A little ways down the road there’s a bar where my dad took his very first tequila shot ever! I explained how to lick the salt, take the shot, bite the lime and then we went for it! I loved my dad’s response – he coughed like crazy and made the bartender, Esteban and me giggle!
After we took our shots, Esteban walked us to the edge of town, talking about the school, the government and other things to explore near Boquillas.
The town of Boquillas del Carmen from above
» Tips for Visiting Boquillas del Carmen «
- As silly as this sounds – don’t forget your passport. This seemed like a duh! thing to me, but every single person we talked to about Mexico asked if we had our passport – apparently people forget it. Don’t miss out on this experience by doing something silly.
- Know the times of the border crossing! It’s closed Monday & Tuesday, so plan your visit accordingly. Also, it’s only open around business hours, but they change depending on the season.
- Don’t stress about getting pesos – they prefer American dollars.

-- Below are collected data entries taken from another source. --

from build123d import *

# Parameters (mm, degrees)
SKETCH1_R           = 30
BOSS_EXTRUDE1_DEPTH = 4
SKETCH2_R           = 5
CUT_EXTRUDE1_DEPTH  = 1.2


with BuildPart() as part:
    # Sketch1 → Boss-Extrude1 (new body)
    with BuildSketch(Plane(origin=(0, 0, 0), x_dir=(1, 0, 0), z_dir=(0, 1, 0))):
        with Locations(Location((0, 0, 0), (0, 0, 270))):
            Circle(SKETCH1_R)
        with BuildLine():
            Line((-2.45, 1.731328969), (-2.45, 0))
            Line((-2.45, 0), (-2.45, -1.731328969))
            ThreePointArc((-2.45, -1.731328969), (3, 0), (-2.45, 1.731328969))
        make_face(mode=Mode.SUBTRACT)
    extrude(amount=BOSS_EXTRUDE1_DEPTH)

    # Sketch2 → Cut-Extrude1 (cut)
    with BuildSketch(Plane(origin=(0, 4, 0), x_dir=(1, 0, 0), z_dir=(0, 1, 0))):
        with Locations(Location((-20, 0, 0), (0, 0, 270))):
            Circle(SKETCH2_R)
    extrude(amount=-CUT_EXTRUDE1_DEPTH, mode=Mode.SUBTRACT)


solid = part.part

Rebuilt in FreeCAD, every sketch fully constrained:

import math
import FreeCAD as App
import Part
import Sketcher

doc = App.newDocument("Part")
params = doc.addObject("Spreadsheet::Sheet", "Params")
for row, (alias, value) in enumerate([
    ("sketch1_diameter", "60 mm"),
    ("sketch1_radius", "3 mm"),
    ("pad1_length", "4 mm"),
    ("sketch2_diameter", "10 mm"),
    ("pocket1_length", "1.2 mm"),
], start=1):
    params.set(f"A{row}", alias)
    params.set(f"B{row}", "=" + value)
    params.setAlias(f"B{row}", alias)

body = doc.addObject("PartDesign::Body", "Body")

# Sketch on XZ plane
sketch1 = body.newObject("Sketcher::SketchObject", "Sketch")
sketch1.AttachmentSupport = (doc.getObject("XZ_Plane"), [""])
sketch1.MapMode = "FlatFace"
sketch1.addGeometry([
    Part.Circle(App.Vector(0, 0, 0), App.Vector(0, 0, 1), 30),
    Part.LineSegment(App.Vector(-2.5, 1.7, 0), App.Vector(-2.5, -1.7, 0)),
    Part.ArcOfCircle(Part.Circle(App.Vector(0, 0, 0), App.Vector(0, 0, 1), 3), math.radians(-145), math.radians(145)),
], False)
sketch1.addConstraint([
    Sketcher.Constraint("Coincident", 1, 1, 2, 2),
    Sketcher.Constraint("Coincident", 2, 1, 1, 2),
    Sketcher.Constraint("Vertical", 1),
    Sketcher.Constraint("Coincident", 0, 3, -1, 1),
    Sketcher.Constraint("Coincident", 2, 3, -1, 1),
    Sketcher.Constraint("Diameter", 0, 60.0),
    Sketcher.Constraint("Radius", 2, 3.0),
    Sketcher.Constraint("DistanceX", 1, 1, -1, 1, 2.45),
])
sketch1.setExpression("Constraints[5]", "Params.sketch1_diameter")
sketch1.setExpression("Constraints[6]", "Params.sketch1_radius")
pad1 = body.newObject("PartDesign::Pad", "Pad")
pad1.Profile = sketch1
pad1.setExpression("Length", "Params.pad1_length")
pad1.Reversed = True

# Sketch on XZ plane
sketch2 = body.newObject("Sketcher::SketchObject", "Sketch001")
sketch2.AttachmentSupport = (doc.getObject("XZ_Plane"), [""])
sketch2.MapMode = "FlatFace"
sketch2.AttachmentOffset = App.Placement(App.Vector(0, 0, -4), App.Rotation())
sketch2.addGeometry(Part.Circle(App.Vector(-20, 0, 0), App.Vector(0, 0, 1), 5), False)
sketch2.addConstraint([
    Sketcher.Constraint("PointOnObject", 0, 3, -1),
    Sketcher.Constraint("Diameter", 0, 10.0),
    Sketcher.Constraint("DistanceX", 0, 3, -1, 1, 20.0),
])
sketch2.setExpression("Constraints[1]", "Params.sketch2_diameter")
pocket1 = body.newObject("PartDesign::Pocket", "Pocket")
pocket1.Profile = sketch2
pocket1.setExpression("Length", "Params.pocket1_length")
pocket1.Reversed = True

doc.recompute()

- Learn more about the other sites provided like mine tours, trekking and their version of the hot springs.
- They “assign” you a tour guide when you cross the border. While you don’t necessarily need a guide, this is their source of income and they work for tips alone. We could’ve said no to Esteban, had lunch, taken a shot and left, but instead we learned about other opportunities to explore in that part of Mexico (some of which I’m dying to do with Matt – plus, I learned they have a hotel there!), Esteban told us loads about Boquillas and I felt like we got to know more about their culture and everyday lives than we ever would have just going for lunch.

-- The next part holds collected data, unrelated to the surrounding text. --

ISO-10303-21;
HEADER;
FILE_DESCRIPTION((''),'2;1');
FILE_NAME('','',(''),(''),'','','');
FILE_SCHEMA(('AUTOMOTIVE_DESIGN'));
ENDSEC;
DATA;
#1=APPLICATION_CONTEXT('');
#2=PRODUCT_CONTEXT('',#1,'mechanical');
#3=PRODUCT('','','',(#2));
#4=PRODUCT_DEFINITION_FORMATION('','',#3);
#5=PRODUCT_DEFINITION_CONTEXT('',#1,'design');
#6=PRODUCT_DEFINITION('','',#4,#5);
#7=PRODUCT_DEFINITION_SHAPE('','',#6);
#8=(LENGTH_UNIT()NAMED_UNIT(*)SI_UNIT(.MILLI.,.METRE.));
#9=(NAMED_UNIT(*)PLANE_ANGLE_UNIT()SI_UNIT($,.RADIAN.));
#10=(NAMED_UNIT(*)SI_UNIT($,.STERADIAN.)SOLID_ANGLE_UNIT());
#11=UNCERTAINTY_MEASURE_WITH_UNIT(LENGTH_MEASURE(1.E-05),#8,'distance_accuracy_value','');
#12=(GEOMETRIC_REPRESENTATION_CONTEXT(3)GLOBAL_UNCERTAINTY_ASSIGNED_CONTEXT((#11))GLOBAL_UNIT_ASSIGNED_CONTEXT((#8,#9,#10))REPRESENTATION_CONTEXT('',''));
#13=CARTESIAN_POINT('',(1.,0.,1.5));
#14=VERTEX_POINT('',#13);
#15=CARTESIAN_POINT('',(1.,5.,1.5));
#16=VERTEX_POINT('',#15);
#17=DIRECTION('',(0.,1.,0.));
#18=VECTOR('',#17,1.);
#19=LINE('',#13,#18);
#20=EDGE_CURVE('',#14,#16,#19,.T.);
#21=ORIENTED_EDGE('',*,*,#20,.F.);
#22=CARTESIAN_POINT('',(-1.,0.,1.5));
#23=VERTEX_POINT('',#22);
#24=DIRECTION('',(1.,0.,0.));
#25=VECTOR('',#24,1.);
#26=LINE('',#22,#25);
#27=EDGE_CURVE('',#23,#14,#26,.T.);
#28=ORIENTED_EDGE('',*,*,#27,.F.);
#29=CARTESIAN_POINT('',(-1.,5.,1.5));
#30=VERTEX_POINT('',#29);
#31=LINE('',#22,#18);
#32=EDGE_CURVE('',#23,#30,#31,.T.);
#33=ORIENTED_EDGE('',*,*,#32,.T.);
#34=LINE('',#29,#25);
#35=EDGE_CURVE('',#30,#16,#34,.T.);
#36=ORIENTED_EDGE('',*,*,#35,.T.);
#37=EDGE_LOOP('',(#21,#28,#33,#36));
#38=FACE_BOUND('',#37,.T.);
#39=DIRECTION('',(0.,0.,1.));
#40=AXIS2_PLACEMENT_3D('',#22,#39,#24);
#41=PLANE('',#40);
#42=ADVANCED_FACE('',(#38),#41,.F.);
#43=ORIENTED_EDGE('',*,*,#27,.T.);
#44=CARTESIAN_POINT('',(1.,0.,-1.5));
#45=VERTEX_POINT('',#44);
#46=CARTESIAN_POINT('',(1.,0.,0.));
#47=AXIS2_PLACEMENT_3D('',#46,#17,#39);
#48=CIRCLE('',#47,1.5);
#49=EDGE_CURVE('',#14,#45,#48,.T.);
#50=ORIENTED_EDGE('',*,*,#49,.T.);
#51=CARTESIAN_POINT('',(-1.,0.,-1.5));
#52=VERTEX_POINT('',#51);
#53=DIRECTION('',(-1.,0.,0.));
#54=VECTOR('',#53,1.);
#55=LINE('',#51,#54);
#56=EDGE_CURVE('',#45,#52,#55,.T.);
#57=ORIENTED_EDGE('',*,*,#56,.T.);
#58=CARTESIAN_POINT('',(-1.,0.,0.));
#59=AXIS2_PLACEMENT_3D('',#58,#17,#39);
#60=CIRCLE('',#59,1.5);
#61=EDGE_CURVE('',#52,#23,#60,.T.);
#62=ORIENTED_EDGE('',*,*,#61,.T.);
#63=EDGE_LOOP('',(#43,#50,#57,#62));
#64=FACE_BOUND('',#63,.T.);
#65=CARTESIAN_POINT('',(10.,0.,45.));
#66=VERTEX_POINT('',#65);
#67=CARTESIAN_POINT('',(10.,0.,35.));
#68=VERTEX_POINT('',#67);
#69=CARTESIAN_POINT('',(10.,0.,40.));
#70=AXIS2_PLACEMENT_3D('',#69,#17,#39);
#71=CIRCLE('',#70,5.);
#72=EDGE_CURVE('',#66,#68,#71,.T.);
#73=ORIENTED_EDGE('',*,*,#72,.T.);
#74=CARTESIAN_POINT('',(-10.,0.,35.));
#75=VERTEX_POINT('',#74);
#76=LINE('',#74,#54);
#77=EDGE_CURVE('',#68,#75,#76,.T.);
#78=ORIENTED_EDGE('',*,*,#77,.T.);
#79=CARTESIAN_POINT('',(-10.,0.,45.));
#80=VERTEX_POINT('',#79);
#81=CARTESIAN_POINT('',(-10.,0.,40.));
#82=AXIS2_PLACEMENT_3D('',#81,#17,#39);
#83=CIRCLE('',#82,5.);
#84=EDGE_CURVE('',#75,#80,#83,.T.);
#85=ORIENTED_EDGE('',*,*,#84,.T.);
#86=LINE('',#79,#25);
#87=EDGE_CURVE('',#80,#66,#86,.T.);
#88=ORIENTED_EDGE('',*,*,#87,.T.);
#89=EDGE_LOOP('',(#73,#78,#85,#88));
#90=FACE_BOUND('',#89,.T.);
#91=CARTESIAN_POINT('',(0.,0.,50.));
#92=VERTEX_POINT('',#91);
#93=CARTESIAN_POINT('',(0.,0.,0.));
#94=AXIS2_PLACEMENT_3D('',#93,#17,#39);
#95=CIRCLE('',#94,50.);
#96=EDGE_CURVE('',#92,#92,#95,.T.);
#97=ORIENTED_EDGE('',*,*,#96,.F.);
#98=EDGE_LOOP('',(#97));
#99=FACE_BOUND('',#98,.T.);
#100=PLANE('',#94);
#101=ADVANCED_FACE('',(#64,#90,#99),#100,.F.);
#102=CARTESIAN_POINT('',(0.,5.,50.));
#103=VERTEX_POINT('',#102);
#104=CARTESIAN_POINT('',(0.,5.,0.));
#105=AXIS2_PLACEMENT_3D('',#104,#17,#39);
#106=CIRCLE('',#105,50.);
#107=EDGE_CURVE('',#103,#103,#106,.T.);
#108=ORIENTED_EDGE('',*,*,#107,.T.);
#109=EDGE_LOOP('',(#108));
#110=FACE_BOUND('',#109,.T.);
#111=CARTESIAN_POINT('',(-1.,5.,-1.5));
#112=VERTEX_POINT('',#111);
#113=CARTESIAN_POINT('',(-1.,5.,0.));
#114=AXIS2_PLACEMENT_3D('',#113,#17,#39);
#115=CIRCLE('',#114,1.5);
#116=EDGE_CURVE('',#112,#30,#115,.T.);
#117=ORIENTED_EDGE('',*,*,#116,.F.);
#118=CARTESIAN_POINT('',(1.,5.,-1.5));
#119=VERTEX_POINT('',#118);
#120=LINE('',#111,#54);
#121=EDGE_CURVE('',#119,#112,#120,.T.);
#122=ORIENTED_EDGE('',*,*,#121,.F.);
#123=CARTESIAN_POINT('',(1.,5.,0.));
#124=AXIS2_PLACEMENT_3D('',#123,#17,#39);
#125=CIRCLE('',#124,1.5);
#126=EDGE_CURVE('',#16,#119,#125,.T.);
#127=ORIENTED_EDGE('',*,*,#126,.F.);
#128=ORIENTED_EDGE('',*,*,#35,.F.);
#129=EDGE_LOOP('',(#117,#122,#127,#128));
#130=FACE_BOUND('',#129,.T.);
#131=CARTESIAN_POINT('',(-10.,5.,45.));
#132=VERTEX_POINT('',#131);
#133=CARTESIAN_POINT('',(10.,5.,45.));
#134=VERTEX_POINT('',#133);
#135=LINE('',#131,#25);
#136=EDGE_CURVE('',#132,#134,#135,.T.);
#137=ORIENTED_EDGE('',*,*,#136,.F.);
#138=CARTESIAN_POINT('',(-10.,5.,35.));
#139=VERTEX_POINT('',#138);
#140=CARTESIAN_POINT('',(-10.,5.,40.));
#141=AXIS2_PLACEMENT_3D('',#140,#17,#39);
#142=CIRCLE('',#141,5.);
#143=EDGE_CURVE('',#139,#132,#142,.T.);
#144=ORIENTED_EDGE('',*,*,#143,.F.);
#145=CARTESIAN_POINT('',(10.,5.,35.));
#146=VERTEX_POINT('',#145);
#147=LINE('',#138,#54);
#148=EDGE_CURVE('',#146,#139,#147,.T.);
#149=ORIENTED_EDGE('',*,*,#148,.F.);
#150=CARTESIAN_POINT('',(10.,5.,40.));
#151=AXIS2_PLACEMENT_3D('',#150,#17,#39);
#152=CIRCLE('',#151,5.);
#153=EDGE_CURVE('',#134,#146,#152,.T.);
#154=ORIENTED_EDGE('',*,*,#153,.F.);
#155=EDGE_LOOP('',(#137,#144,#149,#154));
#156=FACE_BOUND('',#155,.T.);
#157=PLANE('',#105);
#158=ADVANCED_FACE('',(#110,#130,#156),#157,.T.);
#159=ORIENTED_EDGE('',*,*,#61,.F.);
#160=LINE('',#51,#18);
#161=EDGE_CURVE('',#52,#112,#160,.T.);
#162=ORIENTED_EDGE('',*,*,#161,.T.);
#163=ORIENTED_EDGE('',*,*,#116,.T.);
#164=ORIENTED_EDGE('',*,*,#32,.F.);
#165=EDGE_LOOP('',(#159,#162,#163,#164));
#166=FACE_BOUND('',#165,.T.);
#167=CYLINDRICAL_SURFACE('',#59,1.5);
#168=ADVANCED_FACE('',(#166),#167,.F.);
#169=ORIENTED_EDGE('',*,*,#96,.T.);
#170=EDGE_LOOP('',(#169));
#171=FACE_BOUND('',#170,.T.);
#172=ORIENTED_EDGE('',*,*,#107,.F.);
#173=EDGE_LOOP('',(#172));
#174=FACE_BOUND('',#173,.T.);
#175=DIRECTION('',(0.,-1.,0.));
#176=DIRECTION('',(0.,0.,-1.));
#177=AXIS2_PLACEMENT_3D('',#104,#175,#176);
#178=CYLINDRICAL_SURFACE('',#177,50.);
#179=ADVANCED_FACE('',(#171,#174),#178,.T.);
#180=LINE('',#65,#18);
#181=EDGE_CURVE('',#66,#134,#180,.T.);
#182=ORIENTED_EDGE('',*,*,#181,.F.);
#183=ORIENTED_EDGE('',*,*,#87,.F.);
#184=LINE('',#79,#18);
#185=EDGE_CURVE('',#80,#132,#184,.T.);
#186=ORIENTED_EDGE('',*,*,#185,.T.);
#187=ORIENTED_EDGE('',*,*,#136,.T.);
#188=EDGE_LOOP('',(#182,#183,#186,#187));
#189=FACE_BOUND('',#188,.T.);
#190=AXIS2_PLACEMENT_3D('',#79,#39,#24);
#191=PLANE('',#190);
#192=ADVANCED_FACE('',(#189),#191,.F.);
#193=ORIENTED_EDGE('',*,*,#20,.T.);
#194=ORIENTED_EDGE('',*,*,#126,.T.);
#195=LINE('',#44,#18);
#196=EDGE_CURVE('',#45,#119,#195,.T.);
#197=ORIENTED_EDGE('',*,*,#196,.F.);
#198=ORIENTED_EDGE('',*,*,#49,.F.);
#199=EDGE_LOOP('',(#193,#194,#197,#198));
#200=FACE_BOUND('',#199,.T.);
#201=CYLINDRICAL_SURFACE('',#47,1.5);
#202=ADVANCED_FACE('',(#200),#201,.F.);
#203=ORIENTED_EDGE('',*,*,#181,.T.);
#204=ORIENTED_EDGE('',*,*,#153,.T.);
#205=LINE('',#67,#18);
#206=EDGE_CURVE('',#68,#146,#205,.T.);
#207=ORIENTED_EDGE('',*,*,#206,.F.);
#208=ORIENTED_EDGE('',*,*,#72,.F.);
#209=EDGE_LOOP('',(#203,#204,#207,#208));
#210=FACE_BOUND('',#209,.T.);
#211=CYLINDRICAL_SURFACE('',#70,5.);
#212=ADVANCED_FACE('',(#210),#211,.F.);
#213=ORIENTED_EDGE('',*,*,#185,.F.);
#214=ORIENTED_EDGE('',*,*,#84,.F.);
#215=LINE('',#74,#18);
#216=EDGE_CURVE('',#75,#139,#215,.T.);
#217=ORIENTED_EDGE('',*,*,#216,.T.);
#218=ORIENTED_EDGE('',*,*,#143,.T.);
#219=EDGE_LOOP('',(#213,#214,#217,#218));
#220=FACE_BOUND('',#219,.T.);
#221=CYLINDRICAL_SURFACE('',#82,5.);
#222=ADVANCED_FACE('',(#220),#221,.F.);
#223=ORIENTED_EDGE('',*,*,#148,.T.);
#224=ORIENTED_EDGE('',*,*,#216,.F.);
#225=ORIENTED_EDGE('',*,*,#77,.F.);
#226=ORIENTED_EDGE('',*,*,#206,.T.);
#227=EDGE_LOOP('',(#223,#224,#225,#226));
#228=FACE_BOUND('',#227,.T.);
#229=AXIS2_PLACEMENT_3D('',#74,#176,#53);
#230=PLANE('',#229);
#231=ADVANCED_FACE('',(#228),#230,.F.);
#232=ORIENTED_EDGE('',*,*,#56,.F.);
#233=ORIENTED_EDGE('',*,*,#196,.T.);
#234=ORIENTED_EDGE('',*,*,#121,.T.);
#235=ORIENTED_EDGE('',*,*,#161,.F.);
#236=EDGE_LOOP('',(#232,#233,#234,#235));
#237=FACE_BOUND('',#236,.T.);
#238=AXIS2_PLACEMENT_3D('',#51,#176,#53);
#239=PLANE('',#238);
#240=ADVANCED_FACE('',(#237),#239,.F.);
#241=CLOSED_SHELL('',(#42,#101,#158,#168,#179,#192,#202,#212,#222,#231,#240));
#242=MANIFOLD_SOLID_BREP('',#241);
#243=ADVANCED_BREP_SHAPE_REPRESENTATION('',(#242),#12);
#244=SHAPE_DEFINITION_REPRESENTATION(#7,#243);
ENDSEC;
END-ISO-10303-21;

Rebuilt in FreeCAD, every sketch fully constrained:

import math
import FreeCAD as App
import Part
import Sketcher

V = App.Vector

doc = App.newDocument("Part")
body = doc.addObject("PartDesign::Body", "Body")

# Sketch on XZ plane
sketch1 = body.newObject("Sketcher::SketchObject", "Sketch")
sketch1.AttachmentSupport = (doc.getObject("XZ_Plane"), [""])
sketch1.MapMode = "FlatFace"
sketch1.addGeometry(Part.Circle(V(0, 0, 0), V(0, 0, 1), 50), False)
sketch1.addConstraint([
    Sketcher.Constraint("Coincident", 0, 3, -1, 1),
    Sketcher.Constraint("Diameter", 0, 100.0),
])
pad1 = body.newObject("PartDesign::Pad", "Pad")
pad1.Profile = sketch1
pad1.Length = 5
pad1.Reversed = True

# Sketch on XZ plane
sketch2 = body.newObject("Sketcher::SketchObject", "Sketch001")
sketch2.AttachmentSupport = (doc.getObject("XZ_Plane"), [""])
sketch2.MapMode = "FlatFace"
sketch2.AttachmentOffset = App.Placement(V(0, 0, -5), App.Rotation())
sketch2.addGeometry([
    Part.LineSegment(V(1, -1.5, 0), V(-1, -1.5, 0)),
    Part.ArcOfCircle(Part.Circle(V(-1, 0, 0), V(0, 0, 1), 1.5), math.radians(90), math.radians(270)),
    Part.LineSegment(V(-1, 1.5, 0), V(1, 1.5, 0)),
    Part.ArcOfCircle(Part.Circle(V(1, 0, 0), V(0, 0, 1), 1.5), math.radians(-90), math.radians(90)),
], False)
sketch2.addConstraint([
    Sketcher.Constraint("Tangent", 0, 2, 1, 2),
    Sketcher.Constraint("Tangent", 1, 1, 2, 1),
    Sketcher.Constraint("Tangent", 2, 2, 3, 2),
    Sketcher.Constraint("Tangent", 3, 1, 0, 1),
    Sketcher.Constraint("Horizontal", 0),
    Sketcher.Constraint("Horizontal", 2),
    Sketcher.Constraint("Symmetric", 1, 3, 3, 3, -1, 1),
    Sketcher.Constraint("Radius", 1, 1.5),
    Sketcher.Constraint("DistanceX", 0, 2, 0, 1, 2.0),
])
pocket1 = body.newObject("PartDesign::Pocket", "Pocket")
pocket1.Profile = sketch2
pocket1.Type = "ThroughAll"
pocket1.Reversed = True

# Sketch on XZ plane
sketch3 = body.newObject("Sketcher::SketchObject", "Sketch002")
sketch3.AttachmentSupport = (doc.getObject("XZ_Plane"), [""])
sketch3.MapMode = "FlatFace"
sketch3.AttachmentOffset = App.Placement(V(0, 0, -5), App.Rotation())
sketch3.addGeometry([
    Part.LineSegment(V(10, 35, 0), V(-10, 35, 0)),
    Part.ArcOfCircle(Part.Circle(V(-10, 40, 0), V(0, 0, 1), 5), math.radians(90), math.radians(270)),
    Part.LineSegment(V(-10, 45, 0), V(10, 45, 0)),
    Part.ArcOfCircle(Part.Circle(V(10, 40, 0), V(0, 0, 1), 5), math.radians(-90), math.radians(90)),
], False)
sketch3.addConstraint([
    Sketcher.Constraint("Tangent", 0, 2, 1, 2),
    Sketcher.Constraint("Tangent", 1, 1, 2, 1),
    Sketcher.Constraint("Tangent", 2, 2, 3, 2),
    Sketcher.Constraint("Tangent", 3, 1, 0, 1),
    Sketcher.Constraint("Horizontal", 0),
    Sketcher.Constraint("Horizontal", 2),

» The Greatest Lesson Boquillas del Carmen Taught Me «
While I have been to many third-world countries and crossed multiple borders on foot or by boat, something that really struck me was how something so incredibly insignificant like being born on a certain side of a river can have such a massive impact on your life. Going through Big Bend along the Rio Grande was surreal even before we actually crossed it. Poverty and misfortune in Mexico isn’t something that we’re unaware of as Americans, but it’s easy to get caught up in our own lives and it’s all of a sudden out of sight out of mind. When you’re standing in the U.S. looking at this river that is extremely shallow and narrow in places it doesn’t seem possible that a third-world country lies on the other side, but it does.
By crossing the Rio Grande and into Boquillas I felt a dichotomy unlike any that I had experienced before. The U.S. border patrol was a permanent adobe building (see first photo), that took us through metal gates, down a nicely paved path to the Rio Grande – in Mexico it was a dirt road about a mile to their construction trailer for their border patrol. I’ve never lived in a house or apartment without air-conditioning in the U.S., in fact I can’t imagine it here in the Midwest – Esteban has no air-conditioning and sleeps outside in his hammock at night to keep cool. Every trip to a poorer country is always a learning opportunity and reminder to be grateful, to give what you can to those less-fortunate, and to appreciate what you have. This trip, though, truly opened my eyes to our neighbors to the south and I feel I have a better understanding just from an afternoon with Esteban in the tiny town of Boquillas del Carmen.